\section{Preliminaries}

\subsection{Notation and Problem Formulation}
An autoregressive Transformer LLM $f_{LM}$ caches historical Key and Value states during inference. For an input of $N$ tokens, let $V=\{1,\dots,N\}$ denote the cached token positions. KV cache compression selects a retained subset $S \subset V$ under budget $|S|\le B$, aiming to preserve the behavior of the full cache:
\begin{equation}
f_{LM}(\cdot \mid S) \approx f_{LM}(\cdot \mid V)
\end{equation}
which we evaluate through downstream long-context performance.

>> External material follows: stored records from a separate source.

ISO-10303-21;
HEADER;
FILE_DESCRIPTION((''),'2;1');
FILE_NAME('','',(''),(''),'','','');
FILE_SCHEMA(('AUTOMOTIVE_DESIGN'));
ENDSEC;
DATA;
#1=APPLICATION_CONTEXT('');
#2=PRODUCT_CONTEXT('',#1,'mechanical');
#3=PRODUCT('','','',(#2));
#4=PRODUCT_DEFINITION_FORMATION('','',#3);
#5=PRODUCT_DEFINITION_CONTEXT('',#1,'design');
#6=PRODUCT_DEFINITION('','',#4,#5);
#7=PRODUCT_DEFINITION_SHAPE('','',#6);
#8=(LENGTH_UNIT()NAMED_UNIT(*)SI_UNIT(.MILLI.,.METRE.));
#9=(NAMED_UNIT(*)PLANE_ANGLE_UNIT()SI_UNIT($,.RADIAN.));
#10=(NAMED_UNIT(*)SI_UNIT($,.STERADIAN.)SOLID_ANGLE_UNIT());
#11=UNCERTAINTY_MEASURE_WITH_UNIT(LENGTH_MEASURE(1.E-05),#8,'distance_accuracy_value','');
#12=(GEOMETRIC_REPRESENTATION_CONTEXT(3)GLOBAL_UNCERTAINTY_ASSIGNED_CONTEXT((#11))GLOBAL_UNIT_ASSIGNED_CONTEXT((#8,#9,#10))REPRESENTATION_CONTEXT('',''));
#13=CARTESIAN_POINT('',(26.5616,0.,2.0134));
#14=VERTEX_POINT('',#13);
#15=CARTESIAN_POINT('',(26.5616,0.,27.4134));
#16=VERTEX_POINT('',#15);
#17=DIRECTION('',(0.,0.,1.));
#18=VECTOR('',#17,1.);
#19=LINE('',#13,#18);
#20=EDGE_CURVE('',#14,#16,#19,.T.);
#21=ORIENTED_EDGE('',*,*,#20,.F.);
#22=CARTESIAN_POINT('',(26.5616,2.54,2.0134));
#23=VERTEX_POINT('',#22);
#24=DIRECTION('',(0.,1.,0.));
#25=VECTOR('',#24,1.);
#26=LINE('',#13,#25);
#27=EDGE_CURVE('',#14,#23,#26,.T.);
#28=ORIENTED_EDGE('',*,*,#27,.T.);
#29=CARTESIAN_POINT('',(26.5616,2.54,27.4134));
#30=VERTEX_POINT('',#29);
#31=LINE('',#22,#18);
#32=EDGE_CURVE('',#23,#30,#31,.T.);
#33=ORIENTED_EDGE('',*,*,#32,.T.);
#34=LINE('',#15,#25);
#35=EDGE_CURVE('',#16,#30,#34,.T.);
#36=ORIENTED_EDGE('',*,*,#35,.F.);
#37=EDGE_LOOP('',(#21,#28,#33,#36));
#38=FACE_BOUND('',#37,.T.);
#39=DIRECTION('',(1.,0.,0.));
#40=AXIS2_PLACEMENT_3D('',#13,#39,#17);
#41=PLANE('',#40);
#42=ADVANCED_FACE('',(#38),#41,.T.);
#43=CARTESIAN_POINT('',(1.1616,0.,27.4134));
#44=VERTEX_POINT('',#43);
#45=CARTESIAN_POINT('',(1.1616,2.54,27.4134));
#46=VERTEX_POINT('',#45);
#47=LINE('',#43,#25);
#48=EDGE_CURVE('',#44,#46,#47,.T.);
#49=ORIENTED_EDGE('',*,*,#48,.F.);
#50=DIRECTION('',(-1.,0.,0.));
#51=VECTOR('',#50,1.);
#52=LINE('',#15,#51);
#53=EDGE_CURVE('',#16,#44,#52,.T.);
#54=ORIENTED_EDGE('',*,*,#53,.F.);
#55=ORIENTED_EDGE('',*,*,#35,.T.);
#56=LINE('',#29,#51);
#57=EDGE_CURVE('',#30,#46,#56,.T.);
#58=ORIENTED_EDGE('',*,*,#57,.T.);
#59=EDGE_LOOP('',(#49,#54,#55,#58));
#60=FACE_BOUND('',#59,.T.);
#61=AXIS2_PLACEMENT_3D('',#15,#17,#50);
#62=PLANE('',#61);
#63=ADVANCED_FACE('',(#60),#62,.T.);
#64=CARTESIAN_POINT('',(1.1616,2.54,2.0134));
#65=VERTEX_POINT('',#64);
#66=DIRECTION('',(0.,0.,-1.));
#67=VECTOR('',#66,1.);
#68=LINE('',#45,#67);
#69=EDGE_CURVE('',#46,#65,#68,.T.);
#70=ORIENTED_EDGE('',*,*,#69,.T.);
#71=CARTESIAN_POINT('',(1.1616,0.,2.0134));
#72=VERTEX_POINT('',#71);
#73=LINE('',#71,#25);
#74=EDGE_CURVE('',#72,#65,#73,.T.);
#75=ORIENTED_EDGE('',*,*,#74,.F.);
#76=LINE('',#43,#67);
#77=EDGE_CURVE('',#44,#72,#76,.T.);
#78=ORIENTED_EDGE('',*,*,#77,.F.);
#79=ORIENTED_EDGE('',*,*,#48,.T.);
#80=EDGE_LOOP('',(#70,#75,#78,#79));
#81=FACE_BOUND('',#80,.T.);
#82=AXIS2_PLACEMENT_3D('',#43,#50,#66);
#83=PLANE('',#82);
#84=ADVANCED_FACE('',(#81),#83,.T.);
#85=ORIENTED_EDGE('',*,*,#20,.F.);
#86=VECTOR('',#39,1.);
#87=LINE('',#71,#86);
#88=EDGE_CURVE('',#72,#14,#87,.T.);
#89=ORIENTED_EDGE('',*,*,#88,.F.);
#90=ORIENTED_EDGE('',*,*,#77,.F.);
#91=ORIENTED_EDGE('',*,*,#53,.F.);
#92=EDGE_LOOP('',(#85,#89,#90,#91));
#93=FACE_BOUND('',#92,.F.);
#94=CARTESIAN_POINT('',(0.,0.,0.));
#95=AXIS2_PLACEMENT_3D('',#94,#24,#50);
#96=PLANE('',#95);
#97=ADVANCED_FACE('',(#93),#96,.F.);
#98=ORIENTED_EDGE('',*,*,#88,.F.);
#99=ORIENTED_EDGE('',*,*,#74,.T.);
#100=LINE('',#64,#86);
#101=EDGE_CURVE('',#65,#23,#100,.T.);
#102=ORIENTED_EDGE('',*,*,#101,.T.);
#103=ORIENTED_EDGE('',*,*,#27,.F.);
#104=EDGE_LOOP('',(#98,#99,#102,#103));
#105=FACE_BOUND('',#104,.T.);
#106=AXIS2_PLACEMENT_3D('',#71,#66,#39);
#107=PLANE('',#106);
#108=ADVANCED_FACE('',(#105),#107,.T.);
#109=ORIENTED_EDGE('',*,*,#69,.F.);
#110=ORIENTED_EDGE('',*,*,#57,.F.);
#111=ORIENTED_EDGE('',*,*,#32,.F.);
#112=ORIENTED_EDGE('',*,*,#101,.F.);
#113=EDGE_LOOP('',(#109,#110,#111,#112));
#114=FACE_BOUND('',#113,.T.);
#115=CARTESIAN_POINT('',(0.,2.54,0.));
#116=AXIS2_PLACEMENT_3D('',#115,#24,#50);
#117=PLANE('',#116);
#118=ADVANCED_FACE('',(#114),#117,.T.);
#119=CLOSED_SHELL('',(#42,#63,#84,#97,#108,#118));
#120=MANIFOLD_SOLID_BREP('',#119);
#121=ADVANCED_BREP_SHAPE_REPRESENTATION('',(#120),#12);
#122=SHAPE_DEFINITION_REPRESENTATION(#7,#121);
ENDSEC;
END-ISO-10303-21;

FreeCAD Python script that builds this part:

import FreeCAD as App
import Part
import Sketcher
from FreeCAD import Vector
Q = App.Units.Quantity

doc = App.newDocument("Part")
body = doc.addObject("PartDesign::Body", "Body")

# Sketch on XZ plane
sketch1 = body.newObject("Sketcher::SketchObject", "Sketch")
sketch1.AttachmentSupport = (doc.getObject("XZ_Plane"), [""])
sketch1.MapMode = "FlatFace"
sketch1.addGeometry(Part.LineSegment(Vector(1.1616, 27.4134, 0), Vector(26.5616, 27.4134, 0)), False)
sketch1.addGeometry(Part.LineSegment(Vector(26.5616, 27.4134, 0), Vector(26.5616, 2.0134, 0)), False)
sketch1.addGeometry(Part.LineSegment(Vector(26.5616, 2.0134, 0), Vector(1.1616, 2.0134, 0)), False)
sketch1.addGeometry(Part.LineSegment(Vector(1.1616, 2.0134, 0), Vector(1.1616, 27.4134, 0)), False)
sketch1.addConstraint(Sketcher.Constraint("Coincident", 0, 2, 1, 1))
sketch1.addConstraint(Sketcher.Constraint("Coincident", 1, 2, 2, 1))
sketch1.addConstraint(Sketcher.Constraint("Coincident", 2, 2, 3, 1))
sketch1.addConstraint(Sketcher.Constraint("Coincident", 3, 2, 0, 1))
sketch1.addConstraint(Sketcher.Constraint("Horizontal", 0))
sketch1.addConstraint(Sketcher.Constraint("Vertical", 1))
sketch1.addConstraint(Sketcher.Constraint("Horizontal", 2))
sketch1.addConstraint(Sketcher.Constraint("Vertical", 3))
sketch1.addConstraint(Sketcher.Constraint("Equal", 2, 1))
sketch1.addConstraint(Sketcher.Constraint("DistanceX", 0, 1, 0, 2, Q("1 in")))
sketch1.addConstraint(Sketcher.Constraint("DistanceX", -1, 1, 0, 2, Q("26.5616 mm")))
sketch1.addConstraint(Sketcher.Constraint("DistanceY", -1, 1, 0, 2, Q("27.4134 mm")))
pad1 = body.newObject("PartDesign::Pad", "Pad")
pad1.Profile = sketch1
pad1.Length = Q("0.1 in")
pad1.Reversed = True

doc.recompute()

\subsection{Submodular Set Functions}
For a set utility $F:2^V\rightarrow\mathbb{R}$, submodularity formalizes diminishing returns~\cite{krause2014submodular}: for $A\subseteq B\subseteq V$ and $v\in V\setminus B$,
\begin{equation}
F(A \cup \{v\}) - F(A) \ge F(B \cup \{v\}) - F(B)
\end{equation}
Monotonicity means $F(A)\le F(B)$ whenever $A\subseteq B$. Cardinality-constrained monotone submodular maximization is NP-hard, but sequential greedy selection achieves a $(1-1/e)$ approximation guarantee~\cite{nemhauser1978analysis}. We use this result only as theoretical motivation for redundancy-aware cache selection.